Schedule Mar 01, 2013
From Quantum Points to Pattern Formation in Wigner Framework, 2: Dynamics and Control via Multiresolution
Antonina Fedorova (IPME RAS), Michael Zeitlin (IPME RAS)

Antonina N. Fedorova and Michael G. Zeitlin

IPME RAS, St.Petersburg, Russia

http://www.ipme.ru/zeitlin.html, http://mp.ipme.ru/zeitlin.html

anton@math.ipme.ru, zeitlin@math.ipme.ru

We present a family of methods which can describe complex behaviour in quantum ensembles.

We demonstrate the creation of nontrivial (meta) stable states (patterns), localized, chaotic, entangled or decoherent, from the basic localized modes in various collective models arising from the quantum hierarchy described by Wigner-like equations.

The advantages of such an approach are as follows:

  1. the natural realization of localized states in any proper functional realization of (Hilbert) space of states,
  2. the representation of hidden symmetry of a chosen realization of the functional model describes the (whole) spectrum of possible states via the so-called multiresolution decomposition.

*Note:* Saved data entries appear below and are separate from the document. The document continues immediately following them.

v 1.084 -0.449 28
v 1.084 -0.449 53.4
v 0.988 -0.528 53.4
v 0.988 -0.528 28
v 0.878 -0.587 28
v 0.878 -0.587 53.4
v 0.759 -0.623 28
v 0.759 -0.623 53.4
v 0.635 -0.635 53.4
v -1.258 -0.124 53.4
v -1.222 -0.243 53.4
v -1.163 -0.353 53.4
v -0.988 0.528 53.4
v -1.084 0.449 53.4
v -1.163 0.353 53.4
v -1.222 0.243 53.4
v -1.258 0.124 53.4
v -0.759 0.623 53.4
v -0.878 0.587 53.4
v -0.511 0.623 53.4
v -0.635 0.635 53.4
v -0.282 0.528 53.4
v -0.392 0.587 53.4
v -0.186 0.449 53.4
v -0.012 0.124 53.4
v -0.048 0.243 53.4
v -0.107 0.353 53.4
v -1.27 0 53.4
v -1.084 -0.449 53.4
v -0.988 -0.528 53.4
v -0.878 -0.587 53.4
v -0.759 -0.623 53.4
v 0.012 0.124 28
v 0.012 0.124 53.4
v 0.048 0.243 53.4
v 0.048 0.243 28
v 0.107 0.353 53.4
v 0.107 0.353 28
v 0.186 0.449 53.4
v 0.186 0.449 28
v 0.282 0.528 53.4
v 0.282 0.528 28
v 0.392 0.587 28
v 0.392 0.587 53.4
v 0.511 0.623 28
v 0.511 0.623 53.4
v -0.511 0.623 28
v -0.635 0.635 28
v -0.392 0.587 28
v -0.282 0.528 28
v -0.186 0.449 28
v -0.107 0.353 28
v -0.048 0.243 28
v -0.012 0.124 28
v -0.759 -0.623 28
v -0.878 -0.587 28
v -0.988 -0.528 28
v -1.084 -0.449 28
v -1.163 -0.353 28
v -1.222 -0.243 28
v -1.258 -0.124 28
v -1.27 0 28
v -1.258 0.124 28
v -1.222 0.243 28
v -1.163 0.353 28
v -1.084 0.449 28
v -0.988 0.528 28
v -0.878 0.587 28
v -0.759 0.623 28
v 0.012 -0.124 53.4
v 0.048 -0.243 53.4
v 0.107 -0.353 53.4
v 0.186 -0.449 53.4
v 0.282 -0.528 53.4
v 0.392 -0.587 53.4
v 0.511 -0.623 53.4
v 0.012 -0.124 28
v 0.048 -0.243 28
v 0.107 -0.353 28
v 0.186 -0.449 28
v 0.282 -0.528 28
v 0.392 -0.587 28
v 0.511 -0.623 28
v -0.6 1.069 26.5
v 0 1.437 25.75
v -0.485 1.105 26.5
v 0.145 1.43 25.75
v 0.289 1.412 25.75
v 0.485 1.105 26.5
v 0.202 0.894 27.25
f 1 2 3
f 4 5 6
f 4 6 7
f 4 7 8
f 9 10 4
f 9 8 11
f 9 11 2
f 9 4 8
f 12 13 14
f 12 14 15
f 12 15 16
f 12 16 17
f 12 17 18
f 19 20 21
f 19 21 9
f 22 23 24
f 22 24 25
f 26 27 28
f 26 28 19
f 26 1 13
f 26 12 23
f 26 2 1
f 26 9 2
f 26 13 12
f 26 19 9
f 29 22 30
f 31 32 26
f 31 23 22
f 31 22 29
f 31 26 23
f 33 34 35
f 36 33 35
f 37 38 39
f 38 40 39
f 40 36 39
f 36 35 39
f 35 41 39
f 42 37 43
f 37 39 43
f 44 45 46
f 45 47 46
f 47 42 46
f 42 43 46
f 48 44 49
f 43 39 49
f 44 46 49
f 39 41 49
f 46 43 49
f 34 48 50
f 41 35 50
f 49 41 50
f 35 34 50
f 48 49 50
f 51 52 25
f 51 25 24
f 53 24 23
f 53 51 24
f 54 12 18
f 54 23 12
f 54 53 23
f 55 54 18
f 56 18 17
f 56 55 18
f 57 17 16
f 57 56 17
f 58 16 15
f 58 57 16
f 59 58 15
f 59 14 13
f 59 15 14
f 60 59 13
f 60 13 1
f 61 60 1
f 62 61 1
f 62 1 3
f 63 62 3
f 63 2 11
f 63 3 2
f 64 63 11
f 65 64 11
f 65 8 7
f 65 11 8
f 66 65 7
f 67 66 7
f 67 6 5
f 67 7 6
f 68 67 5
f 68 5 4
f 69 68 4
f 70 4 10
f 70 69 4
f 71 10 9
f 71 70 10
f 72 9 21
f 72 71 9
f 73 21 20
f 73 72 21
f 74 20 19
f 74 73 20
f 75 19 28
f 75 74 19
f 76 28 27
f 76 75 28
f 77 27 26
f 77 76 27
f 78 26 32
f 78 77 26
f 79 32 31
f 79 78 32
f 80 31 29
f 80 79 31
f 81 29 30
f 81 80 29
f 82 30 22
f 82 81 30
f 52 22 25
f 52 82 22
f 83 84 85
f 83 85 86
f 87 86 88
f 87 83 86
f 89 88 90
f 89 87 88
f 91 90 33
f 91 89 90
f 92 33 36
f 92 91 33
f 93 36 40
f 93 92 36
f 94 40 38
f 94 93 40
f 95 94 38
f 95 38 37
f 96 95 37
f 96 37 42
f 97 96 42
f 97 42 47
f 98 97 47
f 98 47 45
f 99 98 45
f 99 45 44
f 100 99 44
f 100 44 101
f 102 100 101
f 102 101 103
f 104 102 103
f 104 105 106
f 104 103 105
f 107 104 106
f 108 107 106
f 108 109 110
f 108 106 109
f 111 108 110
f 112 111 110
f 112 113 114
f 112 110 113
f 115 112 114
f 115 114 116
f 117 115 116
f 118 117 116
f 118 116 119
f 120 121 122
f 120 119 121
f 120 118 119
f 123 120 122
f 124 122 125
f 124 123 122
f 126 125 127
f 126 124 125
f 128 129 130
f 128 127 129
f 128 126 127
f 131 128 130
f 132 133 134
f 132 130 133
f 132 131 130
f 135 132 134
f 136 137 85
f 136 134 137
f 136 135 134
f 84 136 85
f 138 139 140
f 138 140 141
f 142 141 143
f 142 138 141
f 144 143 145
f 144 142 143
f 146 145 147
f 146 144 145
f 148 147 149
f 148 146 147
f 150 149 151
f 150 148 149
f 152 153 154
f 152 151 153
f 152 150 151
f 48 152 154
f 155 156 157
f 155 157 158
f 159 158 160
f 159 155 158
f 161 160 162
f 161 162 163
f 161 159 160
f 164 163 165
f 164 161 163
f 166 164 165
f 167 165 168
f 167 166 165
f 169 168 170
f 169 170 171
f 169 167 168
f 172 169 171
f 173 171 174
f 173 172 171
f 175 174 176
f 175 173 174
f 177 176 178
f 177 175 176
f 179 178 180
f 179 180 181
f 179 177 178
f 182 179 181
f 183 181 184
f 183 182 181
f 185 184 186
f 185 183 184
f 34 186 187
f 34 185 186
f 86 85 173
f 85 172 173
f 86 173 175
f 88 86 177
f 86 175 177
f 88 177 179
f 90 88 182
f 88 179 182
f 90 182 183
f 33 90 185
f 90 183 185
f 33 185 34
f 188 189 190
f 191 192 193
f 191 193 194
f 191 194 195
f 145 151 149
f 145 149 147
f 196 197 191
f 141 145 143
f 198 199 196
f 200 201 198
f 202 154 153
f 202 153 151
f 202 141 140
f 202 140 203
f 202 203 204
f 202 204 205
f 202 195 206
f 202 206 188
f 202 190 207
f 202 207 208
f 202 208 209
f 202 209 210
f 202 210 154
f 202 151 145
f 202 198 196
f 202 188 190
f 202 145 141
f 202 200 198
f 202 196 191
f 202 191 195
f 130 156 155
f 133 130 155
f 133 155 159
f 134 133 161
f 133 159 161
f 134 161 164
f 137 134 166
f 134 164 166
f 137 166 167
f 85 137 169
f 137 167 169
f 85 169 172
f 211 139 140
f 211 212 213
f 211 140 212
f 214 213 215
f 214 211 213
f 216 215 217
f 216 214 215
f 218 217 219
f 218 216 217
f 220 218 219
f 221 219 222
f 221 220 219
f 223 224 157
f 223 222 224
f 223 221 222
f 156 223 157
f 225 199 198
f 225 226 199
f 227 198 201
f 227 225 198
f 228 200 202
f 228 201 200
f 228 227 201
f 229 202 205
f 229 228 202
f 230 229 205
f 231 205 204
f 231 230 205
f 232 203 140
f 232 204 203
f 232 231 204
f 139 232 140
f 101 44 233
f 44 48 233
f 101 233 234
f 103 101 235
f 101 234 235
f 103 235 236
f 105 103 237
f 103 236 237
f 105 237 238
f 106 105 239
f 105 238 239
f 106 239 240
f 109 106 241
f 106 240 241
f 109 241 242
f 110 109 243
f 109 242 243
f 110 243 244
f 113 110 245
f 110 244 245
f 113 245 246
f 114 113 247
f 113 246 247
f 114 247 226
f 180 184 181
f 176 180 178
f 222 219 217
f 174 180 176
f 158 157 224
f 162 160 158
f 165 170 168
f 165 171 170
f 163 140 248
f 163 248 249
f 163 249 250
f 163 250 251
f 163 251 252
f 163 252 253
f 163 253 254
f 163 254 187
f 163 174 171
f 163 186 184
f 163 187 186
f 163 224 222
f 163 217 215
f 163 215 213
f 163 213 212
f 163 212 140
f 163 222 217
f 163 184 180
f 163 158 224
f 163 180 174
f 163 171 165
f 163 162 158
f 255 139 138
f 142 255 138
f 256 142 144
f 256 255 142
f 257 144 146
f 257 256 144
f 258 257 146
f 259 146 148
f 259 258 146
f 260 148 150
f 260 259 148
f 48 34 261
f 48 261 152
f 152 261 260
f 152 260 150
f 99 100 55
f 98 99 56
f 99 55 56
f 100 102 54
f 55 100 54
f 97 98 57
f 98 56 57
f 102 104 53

Effects we are interested in are as follows:

  1. a hierarchy of internal/hidden scales (time, space, phase space);
  2. non-perturbative multiscales: from slow to fast contributions, from the coarser to the finer level of resolution/decomposition;
  3. the coexistence of the levels of hierarchy of multiscale dynamics with transitions between scales;
  4. the realization of the key features of the complex quantum world such as the existence of chaotic and/or entangled states with possible destruction in "open/dissipative" regimes due to interactions with quantum/classical environment and transition to decoherent states.

The numerical simulation demonstrates the formation of various (meta) stable patterns or orbits generated by internal hidden symmetry from generic high-localized fundamental modes.

These (nonlinear) eigenmodes are more realistic for the modeling of (quasi)classical/quantum dynamical process  than the (linear) gaussian-like coherent states.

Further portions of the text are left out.